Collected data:
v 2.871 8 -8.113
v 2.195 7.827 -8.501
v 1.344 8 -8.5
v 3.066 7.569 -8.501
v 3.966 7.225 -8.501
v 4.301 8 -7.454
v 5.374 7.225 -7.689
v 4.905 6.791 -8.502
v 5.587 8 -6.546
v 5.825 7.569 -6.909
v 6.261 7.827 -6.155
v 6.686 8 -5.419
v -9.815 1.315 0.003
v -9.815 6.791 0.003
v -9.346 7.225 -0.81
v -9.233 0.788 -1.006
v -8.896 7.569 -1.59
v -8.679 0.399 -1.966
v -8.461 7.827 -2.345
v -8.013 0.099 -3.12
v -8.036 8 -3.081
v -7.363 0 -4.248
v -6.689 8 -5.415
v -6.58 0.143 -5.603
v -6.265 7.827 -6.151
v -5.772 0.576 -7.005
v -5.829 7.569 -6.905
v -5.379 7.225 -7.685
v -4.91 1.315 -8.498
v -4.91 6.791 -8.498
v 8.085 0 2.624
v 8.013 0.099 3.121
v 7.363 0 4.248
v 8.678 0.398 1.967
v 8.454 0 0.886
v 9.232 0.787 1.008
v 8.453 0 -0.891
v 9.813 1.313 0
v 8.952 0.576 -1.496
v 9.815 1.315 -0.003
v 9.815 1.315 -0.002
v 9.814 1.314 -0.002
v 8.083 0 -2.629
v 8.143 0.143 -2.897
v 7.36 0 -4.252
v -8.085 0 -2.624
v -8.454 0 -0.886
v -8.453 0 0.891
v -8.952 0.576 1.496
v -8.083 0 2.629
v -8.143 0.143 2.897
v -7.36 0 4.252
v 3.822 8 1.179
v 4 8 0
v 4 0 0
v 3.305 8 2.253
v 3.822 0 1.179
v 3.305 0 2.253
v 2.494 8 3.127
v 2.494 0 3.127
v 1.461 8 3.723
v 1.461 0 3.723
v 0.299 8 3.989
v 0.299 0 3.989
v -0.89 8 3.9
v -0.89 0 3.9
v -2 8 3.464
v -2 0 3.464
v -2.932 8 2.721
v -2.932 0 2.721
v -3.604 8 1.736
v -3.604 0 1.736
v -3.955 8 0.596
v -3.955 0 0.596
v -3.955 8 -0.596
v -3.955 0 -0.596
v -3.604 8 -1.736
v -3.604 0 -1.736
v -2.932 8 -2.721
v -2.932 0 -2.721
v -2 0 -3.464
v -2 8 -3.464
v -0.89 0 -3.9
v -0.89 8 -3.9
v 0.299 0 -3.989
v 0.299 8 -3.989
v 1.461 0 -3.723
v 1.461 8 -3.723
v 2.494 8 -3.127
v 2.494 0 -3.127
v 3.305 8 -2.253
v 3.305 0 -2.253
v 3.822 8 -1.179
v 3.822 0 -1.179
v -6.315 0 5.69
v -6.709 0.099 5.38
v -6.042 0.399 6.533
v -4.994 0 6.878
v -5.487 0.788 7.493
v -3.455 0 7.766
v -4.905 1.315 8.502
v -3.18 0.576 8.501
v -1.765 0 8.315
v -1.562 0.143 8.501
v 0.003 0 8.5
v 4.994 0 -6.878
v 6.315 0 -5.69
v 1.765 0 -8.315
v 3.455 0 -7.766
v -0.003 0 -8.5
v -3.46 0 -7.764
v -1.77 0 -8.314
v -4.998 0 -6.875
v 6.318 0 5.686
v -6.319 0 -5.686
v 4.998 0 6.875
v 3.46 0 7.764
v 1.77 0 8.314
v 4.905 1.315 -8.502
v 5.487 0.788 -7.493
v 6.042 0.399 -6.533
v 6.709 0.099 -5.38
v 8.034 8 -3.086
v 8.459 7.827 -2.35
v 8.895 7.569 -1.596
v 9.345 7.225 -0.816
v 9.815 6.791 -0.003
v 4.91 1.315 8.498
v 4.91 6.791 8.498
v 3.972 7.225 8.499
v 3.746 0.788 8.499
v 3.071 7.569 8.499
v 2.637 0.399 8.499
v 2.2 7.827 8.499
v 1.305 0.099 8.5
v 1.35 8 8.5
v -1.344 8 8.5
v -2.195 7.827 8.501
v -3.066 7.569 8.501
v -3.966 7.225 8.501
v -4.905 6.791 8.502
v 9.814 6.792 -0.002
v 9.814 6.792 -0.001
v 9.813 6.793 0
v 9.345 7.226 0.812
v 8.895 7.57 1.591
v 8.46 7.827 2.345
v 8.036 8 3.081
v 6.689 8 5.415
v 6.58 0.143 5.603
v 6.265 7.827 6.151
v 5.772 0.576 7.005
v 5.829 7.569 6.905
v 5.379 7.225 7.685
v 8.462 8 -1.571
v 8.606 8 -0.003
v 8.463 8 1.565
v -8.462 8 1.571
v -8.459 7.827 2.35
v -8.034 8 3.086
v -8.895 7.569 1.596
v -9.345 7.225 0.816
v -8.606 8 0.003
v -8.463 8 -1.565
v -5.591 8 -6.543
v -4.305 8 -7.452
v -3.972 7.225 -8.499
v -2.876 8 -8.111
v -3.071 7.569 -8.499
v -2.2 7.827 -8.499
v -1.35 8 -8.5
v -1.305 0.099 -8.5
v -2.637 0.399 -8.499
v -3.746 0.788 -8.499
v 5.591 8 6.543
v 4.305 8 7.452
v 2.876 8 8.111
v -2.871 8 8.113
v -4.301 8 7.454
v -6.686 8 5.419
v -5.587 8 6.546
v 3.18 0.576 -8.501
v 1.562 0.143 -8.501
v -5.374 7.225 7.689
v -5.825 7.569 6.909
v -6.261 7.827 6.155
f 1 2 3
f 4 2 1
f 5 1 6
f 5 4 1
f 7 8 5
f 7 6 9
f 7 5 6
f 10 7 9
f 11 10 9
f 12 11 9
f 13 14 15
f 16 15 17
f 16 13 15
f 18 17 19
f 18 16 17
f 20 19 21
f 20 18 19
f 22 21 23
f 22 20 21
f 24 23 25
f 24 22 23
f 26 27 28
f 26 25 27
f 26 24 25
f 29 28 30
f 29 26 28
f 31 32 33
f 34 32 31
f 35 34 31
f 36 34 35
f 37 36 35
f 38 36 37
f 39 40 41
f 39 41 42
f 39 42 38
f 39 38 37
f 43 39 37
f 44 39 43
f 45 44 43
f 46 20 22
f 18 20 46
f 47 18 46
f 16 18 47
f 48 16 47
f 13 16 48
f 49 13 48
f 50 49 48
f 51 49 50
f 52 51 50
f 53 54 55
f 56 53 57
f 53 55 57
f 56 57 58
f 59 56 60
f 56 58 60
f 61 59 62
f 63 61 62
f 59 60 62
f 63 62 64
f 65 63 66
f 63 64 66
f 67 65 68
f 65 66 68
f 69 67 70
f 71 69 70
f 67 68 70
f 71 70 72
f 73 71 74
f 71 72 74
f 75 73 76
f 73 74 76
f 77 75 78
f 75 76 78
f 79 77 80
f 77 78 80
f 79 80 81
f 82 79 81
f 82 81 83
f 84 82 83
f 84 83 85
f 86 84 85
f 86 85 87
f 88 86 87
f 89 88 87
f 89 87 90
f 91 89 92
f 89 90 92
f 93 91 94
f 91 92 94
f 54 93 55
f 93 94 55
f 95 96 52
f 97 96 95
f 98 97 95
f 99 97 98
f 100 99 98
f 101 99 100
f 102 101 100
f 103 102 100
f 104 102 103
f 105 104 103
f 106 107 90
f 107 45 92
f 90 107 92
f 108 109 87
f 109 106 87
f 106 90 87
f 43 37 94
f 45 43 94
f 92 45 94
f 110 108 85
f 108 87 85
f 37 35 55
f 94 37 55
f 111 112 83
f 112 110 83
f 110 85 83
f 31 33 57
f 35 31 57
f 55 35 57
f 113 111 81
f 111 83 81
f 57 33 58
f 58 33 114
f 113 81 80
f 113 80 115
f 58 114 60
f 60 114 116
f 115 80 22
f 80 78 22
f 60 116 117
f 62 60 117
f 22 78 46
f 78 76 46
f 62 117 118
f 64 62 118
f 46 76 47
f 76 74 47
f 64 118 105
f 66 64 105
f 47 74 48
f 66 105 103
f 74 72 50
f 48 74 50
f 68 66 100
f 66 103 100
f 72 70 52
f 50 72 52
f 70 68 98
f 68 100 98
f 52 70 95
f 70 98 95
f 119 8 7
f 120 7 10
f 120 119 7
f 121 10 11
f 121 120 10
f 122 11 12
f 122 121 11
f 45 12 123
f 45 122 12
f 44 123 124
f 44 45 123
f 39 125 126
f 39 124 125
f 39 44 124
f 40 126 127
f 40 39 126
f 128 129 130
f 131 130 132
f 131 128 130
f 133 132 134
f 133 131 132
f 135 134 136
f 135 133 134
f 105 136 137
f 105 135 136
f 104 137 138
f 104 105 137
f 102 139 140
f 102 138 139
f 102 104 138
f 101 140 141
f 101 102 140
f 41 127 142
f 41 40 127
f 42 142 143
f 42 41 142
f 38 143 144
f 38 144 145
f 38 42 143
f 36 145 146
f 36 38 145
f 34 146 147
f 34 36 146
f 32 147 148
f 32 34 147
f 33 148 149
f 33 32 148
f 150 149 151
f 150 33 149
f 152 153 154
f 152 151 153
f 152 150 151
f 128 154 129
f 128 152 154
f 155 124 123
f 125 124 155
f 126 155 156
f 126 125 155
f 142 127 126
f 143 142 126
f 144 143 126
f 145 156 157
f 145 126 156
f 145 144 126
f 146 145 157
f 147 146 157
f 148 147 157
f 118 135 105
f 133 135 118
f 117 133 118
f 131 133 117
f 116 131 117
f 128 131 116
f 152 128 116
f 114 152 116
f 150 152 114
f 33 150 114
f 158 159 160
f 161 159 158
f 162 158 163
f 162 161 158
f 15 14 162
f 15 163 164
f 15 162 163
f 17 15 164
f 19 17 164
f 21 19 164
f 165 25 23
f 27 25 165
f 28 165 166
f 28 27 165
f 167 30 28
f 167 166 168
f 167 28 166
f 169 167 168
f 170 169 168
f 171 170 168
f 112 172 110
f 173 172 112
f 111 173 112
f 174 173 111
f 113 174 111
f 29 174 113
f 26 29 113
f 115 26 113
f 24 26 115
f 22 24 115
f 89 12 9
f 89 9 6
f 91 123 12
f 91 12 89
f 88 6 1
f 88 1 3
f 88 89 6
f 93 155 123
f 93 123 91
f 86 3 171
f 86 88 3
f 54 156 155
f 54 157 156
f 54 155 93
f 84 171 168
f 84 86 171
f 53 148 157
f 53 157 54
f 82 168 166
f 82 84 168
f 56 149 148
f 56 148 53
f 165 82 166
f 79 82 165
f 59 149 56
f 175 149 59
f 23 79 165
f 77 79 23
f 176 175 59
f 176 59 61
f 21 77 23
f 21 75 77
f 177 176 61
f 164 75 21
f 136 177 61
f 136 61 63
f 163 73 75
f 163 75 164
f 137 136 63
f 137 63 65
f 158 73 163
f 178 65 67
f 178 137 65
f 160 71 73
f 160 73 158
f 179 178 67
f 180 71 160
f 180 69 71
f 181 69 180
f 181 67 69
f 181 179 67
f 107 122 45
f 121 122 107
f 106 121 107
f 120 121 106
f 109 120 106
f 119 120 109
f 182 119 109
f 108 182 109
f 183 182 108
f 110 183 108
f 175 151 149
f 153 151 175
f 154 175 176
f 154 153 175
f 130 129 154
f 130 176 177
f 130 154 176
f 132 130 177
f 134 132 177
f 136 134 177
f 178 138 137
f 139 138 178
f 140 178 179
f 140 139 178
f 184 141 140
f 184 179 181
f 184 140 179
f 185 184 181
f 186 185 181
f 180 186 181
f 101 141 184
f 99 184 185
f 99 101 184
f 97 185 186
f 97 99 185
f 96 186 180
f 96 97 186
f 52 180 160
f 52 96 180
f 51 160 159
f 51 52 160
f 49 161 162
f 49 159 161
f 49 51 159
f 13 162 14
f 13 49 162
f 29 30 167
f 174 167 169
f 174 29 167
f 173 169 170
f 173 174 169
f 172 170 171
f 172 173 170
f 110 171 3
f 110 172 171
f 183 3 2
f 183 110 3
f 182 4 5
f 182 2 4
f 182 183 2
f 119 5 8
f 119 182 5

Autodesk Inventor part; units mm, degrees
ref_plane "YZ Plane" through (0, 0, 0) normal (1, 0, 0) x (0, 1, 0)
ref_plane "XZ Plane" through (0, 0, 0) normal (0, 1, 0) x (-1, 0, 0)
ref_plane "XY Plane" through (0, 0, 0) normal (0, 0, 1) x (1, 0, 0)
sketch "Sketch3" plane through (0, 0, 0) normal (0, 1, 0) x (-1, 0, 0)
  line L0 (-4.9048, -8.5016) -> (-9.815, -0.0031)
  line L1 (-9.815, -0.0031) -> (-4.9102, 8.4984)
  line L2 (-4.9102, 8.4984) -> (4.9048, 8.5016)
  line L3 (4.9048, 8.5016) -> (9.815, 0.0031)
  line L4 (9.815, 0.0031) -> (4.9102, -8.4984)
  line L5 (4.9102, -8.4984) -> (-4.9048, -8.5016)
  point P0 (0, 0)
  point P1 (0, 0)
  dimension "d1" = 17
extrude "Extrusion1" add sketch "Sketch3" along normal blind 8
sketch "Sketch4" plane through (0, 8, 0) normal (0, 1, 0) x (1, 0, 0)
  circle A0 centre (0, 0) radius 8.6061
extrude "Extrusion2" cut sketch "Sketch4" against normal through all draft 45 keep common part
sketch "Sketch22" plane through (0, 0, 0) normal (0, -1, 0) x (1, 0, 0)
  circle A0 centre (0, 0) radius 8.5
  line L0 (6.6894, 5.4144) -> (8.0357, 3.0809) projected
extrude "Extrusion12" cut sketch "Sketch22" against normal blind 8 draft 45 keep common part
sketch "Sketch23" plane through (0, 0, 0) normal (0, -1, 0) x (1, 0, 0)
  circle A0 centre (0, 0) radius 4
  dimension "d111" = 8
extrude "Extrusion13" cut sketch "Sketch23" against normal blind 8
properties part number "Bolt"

• Your objective: Beginning with the top line of the data above, output every line exactly until the one that contains "v 1.461 8 -3.723", and include that one too.

• Result:
v 2.871 8 -8.113
v 2.195 7.827 -8.501
v 1.344 8 -8.5
v 3.066 7.569 -8.501
v 3.966 7.225 -8.501
v 4.301 8 -7.454
v 5.374 7.225 -7.689
v 4.905 6.791 -8.502
v 5.587 8 -6.546
v 5.825 7.569 -6.909
v 6.261 7.827 -6.155
v 6.686 8 -5.419
v -9.815 1.315 0.003
v -9.815 6.791 0.003
v -9.346 7.225 -0.81
v -9.233 0.788 -1.006
v -8.896 7.569 -1.59
v -8.679 0.399 -1.966
v -8.461 7.827 -2.345
v -8.013 0.099 -3.12
v -8.036 8 -3.081
v -7.363 0 -4.248
v -6.689 8 -5.415
v -6.58 0.143 -5.603
v -6.265 7.827 -6.151
v -5.772 0.576 -7.005
v -5.829 7.569 -6.905
v -5.379 7.225 -7.685
v -4.91 1.315 -8.498
v -4.91 6.791 -8.498
v 8.085 0 2.624
v 8.013 0.099 3.121
v 7.363 0 4.248
v 8.678 0.398 1.967
v 8.454 0 0.886
v 9.232 0.787 1.008
v 8.453 0 -0.891
v 9.813 1.313 0
v 8.952 0.576 -1.496
v 9.815 1.315 -0.003
v 9.815 1.315 -0.002
v 9.814 1.314 -0.002
v 8.083 0 -2.629
v 8.143 0.143 -2.897
v 7.36 0 -4.252
v -8.085 0 -2.624
v -8.454 0 -0.886
v -8.453 0 0.891
v -8.952 0.576 1.496
v -8.083 0 2.629
v -8.143 0.143 2.897
v -7.36 0 4.252
v 3.822 8 1.179
v 4 8 0
v 4 0 0
v 3.305 8 2.253
v 3.822 0 1.179
v 3.305 0 2.253
v 2.494 8 3.127
v 2.494 0 3.127
v 1.461 8 3.723
v 1.461 0 3.723
v 0.299 8 3.989
v 0.299 0 3.989
v -0.89 8 3.9
v -0.89 0 3.9
v -2 8 3.464
v -2 0 3.464
v -2.932 8 2.721
v -2.932 0 2.721
v -3.604 8 1.736
v -3.604 0 1.736
v -3.955 8 0.596
v -3.955 0 0.596
v -3.955 8 -0.596
v -3.955 0 -0.596
v -3.604 8 -1.736
v -3.604 0 -1.736
v -2.932 8 -2.721
v -2.932 0 -2.721
v -2 0 -3.464
v -2 8 -3.464
v -0.89 0 -3.9
v -0.89 8 -3.9
v 0.299 0 -3.989
v 0.299 8 -3.989
v 1.461 0 -3.723
v 1.461 8 -3.723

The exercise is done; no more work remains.